In the legal profession, revenue growth is the key performance imperative and billable hours is the most important metric of performance. Attracting top talent to drive growth is a priority and salaries and bonuses go up every year in the competition for the best and brightest. Higher starting salaries necessitate revising the rest of the salary structure upward. As salaries rise, growth targets are increased. There is greater pressure to bill more and thus work longer hours. Stress levels increase, morale plunges, people leave. The greater the attrition, the greater the number of new associates needed each year to replace the attorneys that leave. And so, a vicious circle spins on and on.

But that’s not all. The task force also identified what it terms the ‘myth of meritocracy’. While law firms promote the idea that they provide environments in which “excellent lawyers will excel”, the reality is frequently different. Not surprisingly, the small number of people who survive this marathon of work and progress up the ranks tend to be the most ambitious, money-driven, workaholics. This simply perpetuates the negative working environment.

And even if the cream rises to the top, the rest of milk seems to get spoiled. The level of attrition resulting from this system is both high and costly. The task force cites a research study involving more than 10,000 associates in 154 law firms. The findings revealed that 43% of associates leave their firm within 3 years, two thirds leave within 5 years and three quarters are gone by their 7th year. This study pointed out that it generally takes at least 3-4 years before associates even begin to return the firm’s financial investment in them. An associate’s primary return on the firm’s investment occurs in years 5-10, but by then, over half have left.

The task force believes that the current system not only makes work-life balance unachievable, but will in the long run hurt law firms because it alienates large numbers of employees and potential employees while requiring unsustainable levels of growth in billable hours. They describe the situation bluntly, “We are in danger of seeing law firms evolve into institutions where only those who have no family responsibilities — or, worse, who are willing to abandon those responsibilities— can thrive. This is not an exaggerated perspective; it is a description of where many think we are heading and where others think we have already arrived.”

Do you believe vicious circles and meritocracy myths exist only in the legal profession? Think again.

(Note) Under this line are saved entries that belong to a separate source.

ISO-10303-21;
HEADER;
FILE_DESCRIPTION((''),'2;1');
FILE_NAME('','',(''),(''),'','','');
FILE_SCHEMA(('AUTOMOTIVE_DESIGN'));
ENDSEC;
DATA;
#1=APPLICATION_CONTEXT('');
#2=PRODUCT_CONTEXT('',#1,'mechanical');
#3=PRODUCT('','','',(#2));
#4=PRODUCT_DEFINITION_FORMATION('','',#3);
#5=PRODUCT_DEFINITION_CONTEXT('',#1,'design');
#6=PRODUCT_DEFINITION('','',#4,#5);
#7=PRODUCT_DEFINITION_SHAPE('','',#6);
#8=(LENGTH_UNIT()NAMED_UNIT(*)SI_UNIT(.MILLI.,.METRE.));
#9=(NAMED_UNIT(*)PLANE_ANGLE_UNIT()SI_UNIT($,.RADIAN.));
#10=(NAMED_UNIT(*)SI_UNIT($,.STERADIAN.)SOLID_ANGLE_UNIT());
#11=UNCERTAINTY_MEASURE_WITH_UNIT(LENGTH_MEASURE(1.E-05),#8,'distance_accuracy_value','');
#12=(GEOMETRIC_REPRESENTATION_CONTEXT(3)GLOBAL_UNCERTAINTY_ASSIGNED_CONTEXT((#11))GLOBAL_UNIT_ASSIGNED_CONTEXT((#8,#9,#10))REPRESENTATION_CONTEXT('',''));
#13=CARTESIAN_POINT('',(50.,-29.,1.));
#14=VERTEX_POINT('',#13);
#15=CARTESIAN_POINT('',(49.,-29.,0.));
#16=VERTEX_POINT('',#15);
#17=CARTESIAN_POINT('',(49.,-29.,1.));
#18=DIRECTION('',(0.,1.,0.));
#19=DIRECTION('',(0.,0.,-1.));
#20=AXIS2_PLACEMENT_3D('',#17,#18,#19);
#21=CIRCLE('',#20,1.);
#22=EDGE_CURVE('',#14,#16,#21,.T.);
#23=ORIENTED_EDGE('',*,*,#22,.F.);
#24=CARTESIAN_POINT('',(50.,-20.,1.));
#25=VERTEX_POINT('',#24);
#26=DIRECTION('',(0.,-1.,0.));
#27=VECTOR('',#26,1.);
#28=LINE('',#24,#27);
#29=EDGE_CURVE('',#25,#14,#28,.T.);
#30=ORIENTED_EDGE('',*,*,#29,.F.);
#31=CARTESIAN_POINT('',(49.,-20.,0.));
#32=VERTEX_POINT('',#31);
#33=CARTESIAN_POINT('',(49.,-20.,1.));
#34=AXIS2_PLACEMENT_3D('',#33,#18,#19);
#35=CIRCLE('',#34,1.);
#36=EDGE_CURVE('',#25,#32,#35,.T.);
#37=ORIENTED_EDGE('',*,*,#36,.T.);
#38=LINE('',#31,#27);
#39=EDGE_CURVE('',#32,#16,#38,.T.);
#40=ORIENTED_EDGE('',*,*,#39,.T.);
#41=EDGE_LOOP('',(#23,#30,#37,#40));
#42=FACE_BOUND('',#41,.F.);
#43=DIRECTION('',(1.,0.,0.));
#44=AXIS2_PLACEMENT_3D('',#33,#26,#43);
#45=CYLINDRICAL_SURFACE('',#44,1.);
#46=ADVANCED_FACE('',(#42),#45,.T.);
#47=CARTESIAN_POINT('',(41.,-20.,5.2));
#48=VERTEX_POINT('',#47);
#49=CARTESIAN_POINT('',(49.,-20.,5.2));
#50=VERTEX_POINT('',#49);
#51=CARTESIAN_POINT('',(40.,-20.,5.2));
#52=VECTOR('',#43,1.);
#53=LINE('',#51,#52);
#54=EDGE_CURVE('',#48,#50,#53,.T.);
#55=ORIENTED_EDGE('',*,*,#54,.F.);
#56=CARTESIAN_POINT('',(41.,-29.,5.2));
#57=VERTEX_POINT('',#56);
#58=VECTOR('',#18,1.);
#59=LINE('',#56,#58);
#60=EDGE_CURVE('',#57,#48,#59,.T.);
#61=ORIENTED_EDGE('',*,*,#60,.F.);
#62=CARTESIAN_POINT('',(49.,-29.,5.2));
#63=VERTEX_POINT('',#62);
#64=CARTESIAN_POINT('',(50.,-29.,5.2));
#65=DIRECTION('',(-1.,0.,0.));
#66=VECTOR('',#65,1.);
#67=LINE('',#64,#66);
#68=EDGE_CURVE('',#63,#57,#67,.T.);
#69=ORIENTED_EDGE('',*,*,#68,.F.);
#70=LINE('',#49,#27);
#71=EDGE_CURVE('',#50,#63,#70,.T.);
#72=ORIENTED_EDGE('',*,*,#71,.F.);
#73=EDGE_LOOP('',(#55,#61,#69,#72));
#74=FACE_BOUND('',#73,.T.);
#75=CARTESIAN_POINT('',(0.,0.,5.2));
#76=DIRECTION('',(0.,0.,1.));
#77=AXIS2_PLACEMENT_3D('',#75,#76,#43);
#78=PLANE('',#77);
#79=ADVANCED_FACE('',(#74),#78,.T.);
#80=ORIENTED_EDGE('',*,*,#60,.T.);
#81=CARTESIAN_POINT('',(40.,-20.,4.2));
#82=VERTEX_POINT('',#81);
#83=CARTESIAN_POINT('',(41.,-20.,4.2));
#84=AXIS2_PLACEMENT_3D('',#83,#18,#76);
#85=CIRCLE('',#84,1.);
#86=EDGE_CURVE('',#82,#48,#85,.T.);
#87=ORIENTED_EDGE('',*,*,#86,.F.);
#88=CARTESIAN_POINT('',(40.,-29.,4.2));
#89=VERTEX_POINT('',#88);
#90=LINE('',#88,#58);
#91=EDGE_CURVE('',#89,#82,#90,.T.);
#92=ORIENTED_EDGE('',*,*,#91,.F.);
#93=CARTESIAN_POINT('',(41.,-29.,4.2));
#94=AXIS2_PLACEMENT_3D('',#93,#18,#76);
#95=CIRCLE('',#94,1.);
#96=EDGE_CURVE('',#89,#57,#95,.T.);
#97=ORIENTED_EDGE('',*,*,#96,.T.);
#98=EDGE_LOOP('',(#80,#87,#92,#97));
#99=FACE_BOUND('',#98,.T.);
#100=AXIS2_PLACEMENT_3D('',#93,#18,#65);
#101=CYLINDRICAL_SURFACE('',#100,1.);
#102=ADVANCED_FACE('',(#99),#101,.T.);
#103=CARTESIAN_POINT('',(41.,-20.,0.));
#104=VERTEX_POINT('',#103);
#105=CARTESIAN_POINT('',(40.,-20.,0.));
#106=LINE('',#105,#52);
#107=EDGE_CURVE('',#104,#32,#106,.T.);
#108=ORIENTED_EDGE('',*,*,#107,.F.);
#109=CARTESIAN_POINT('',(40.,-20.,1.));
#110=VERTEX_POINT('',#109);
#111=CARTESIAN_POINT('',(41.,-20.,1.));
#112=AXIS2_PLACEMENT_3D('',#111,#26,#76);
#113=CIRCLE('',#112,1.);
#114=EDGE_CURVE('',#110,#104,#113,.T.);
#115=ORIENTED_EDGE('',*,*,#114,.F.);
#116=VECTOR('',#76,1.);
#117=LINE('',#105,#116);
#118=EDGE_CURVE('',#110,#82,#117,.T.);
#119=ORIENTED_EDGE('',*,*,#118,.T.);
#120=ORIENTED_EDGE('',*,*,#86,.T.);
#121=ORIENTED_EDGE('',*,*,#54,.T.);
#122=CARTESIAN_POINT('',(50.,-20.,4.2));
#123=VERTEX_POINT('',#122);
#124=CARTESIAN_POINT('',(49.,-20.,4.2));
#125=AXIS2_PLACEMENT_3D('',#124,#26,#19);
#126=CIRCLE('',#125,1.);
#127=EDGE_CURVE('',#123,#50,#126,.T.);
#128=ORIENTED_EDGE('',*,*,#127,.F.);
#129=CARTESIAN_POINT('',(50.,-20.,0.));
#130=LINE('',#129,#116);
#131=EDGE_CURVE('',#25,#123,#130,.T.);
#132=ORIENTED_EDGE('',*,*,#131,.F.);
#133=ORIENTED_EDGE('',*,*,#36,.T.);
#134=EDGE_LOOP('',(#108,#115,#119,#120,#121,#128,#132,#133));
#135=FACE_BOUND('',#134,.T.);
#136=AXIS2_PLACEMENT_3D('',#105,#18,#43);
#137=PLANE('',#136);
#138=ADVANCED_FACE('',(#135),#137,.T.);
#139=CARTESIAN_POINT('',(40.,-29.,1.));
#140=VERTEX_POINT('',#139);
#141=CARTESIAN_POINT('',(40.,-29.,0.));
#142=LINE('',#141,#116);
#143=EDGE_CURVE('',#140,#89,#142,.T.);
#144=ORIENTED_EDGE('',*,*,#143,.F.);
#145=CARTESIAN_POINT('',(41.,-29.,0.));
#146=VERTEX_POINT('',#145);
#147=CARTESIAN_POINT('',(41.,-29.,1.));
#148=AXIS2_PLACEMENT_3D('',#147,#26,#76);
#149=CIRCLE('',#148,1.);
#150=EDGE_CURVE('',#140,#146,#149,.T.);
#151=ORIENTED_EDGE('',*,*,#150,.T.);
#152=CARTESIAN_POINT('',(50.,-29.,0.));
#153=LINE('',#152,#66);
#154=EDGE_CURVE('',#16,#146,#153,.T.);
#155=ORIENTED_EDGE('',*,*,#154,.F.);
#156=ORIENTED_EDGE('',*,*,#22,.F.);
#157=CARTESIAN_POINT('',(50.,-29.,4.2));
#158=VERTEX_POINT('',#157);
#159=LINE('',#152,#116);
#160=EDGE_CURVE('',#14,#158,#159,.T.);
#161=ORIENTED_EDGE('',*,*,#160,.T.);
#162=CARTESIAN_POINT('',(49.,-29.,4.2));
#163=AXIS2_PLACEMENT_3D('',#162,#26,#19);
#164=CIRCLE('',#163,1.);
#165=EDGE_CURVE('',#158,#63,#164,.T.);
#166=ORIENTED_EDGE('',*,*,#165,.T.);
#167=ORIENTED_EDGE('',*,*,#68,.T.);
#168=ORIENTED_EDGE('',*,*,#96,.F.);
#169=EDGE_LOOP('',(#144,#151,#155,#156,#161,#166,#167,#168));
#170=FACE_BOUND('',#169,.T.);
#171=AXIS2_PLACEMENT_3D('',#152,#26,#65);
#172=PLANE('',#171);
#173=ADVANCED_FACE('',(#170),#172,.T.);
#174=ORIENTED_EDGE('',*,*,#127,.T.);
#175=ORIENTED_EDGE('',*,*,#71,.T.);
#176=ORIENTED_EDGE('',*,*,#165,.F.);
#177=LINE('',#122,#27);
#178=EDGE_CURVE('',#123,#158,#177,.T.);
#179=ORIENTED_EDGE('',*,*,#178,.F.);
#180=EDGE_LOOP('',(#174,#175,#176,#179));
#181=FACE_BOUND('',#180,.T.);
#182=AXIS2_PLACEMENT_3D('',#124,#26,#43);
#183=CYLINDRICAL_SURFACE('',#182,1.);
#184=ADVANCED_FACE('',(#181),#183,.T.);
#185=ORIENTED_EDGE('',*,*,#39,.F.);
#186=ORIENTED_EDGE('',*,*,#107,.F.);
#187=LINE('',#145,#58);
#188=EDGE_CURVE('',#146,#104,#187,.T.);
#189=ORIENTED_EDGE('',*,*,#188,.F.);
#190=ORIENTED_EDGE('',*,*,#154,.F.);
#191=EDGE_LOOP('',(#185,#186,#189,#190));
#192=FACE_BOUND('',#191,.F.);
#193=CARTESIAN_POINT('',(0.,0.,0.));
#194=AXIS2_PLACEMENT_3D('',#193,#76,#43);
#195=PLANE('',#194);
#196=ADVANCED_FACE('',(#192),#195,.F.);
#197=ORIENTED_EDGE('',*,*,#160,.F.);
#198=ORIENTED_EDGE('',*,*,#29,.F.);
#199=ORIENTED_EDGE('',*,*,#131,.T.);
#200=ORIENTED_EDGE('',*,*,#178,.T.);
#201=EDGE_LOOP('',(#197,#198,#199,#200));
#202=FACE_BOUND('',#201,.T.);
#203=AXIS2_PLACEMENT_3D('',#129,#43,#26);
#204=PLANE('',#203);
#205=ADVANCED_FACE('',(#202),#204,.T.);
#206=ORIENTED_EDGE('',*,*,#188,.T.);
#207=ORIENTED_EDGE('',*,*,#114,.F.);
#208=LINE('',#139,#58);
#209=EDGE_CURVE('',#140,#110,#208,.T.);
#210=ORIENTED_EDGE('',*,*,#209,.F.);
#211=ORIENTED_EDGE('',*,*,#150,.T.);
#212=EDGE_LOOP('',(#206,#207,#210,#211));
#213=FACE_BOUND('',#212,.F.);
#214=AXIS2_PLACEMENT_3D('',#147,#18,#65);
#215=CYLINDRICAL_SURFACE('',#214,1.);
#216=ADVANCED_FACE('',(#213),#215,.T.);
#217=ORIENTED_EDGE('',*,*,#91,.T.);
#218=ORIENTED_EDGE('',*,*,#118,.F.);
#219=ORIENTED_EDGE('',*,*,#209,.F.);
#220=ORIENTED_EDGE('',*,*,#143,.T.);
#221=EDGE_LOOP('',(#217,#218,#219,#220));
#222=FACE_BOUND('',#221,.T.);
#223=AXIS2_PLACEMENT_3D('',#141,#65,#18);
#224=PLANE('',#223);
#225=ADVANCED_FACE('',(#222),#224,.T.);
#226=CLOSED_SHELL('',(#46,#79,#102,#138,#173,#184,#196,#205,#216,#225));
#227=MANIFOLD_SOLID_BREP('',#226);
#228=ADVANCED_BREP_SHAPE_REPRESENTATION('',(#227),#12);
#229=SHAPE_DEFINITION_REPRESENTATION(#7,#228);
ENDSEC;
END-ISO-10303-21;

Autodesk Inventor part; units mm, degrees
ref_plane "YZ Plane" through (0, 0, 0) normal (1, 0, 0) x (0, 1, 0)
ref_plane "XZ Plane" through (0, 0, 0) normal (0, 1, 0) x (-1, 0, 0)
ref_plane "XY Plane" through (0, 0, 0) normal (0, 0, 1) x (1, 0, 0)
sketch "Эскиз1" plane through (0, 0, 0) normal (0, 0, 1) x (1, 0, 0)
  line L0 (50, -29) -> (40, -29)
  line L1 (40, -29) -> (40, -20)
  line L2 (40, -20) -> (50, -20)
  line L3 (50, -20) -> (50, -29)
  point P0 (0, 0)
  dimension "d0" = 10
  dimension "d1" = 9
  dimension "d2" = 40
  dimension "d3" = 20
extrude "Выдавливание1" add sketch "Эскиз1" along normal blind 5.2
fillet "Сопряжение1" radius 1 4 edges at (50, -24.5, 5.2) (40, -24.5, 5.2) (50, -24.5, 0) (40, -24.5, 0)
properties part number "Fix_3DПЕЧАТЬ"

Many of the same debilitating characteristics of the legal profession’s culture and working environment can be found throughout corporate America today, particularly in the upper echelons of the organization.

This is one key reason why work-life balance is largely not yet a reality for most workers and isn’t likely to become so until more companies begin the difficult work of changing their culture in ways that create circles of virtuous behavior and make merit the actual basis of reward and advancement.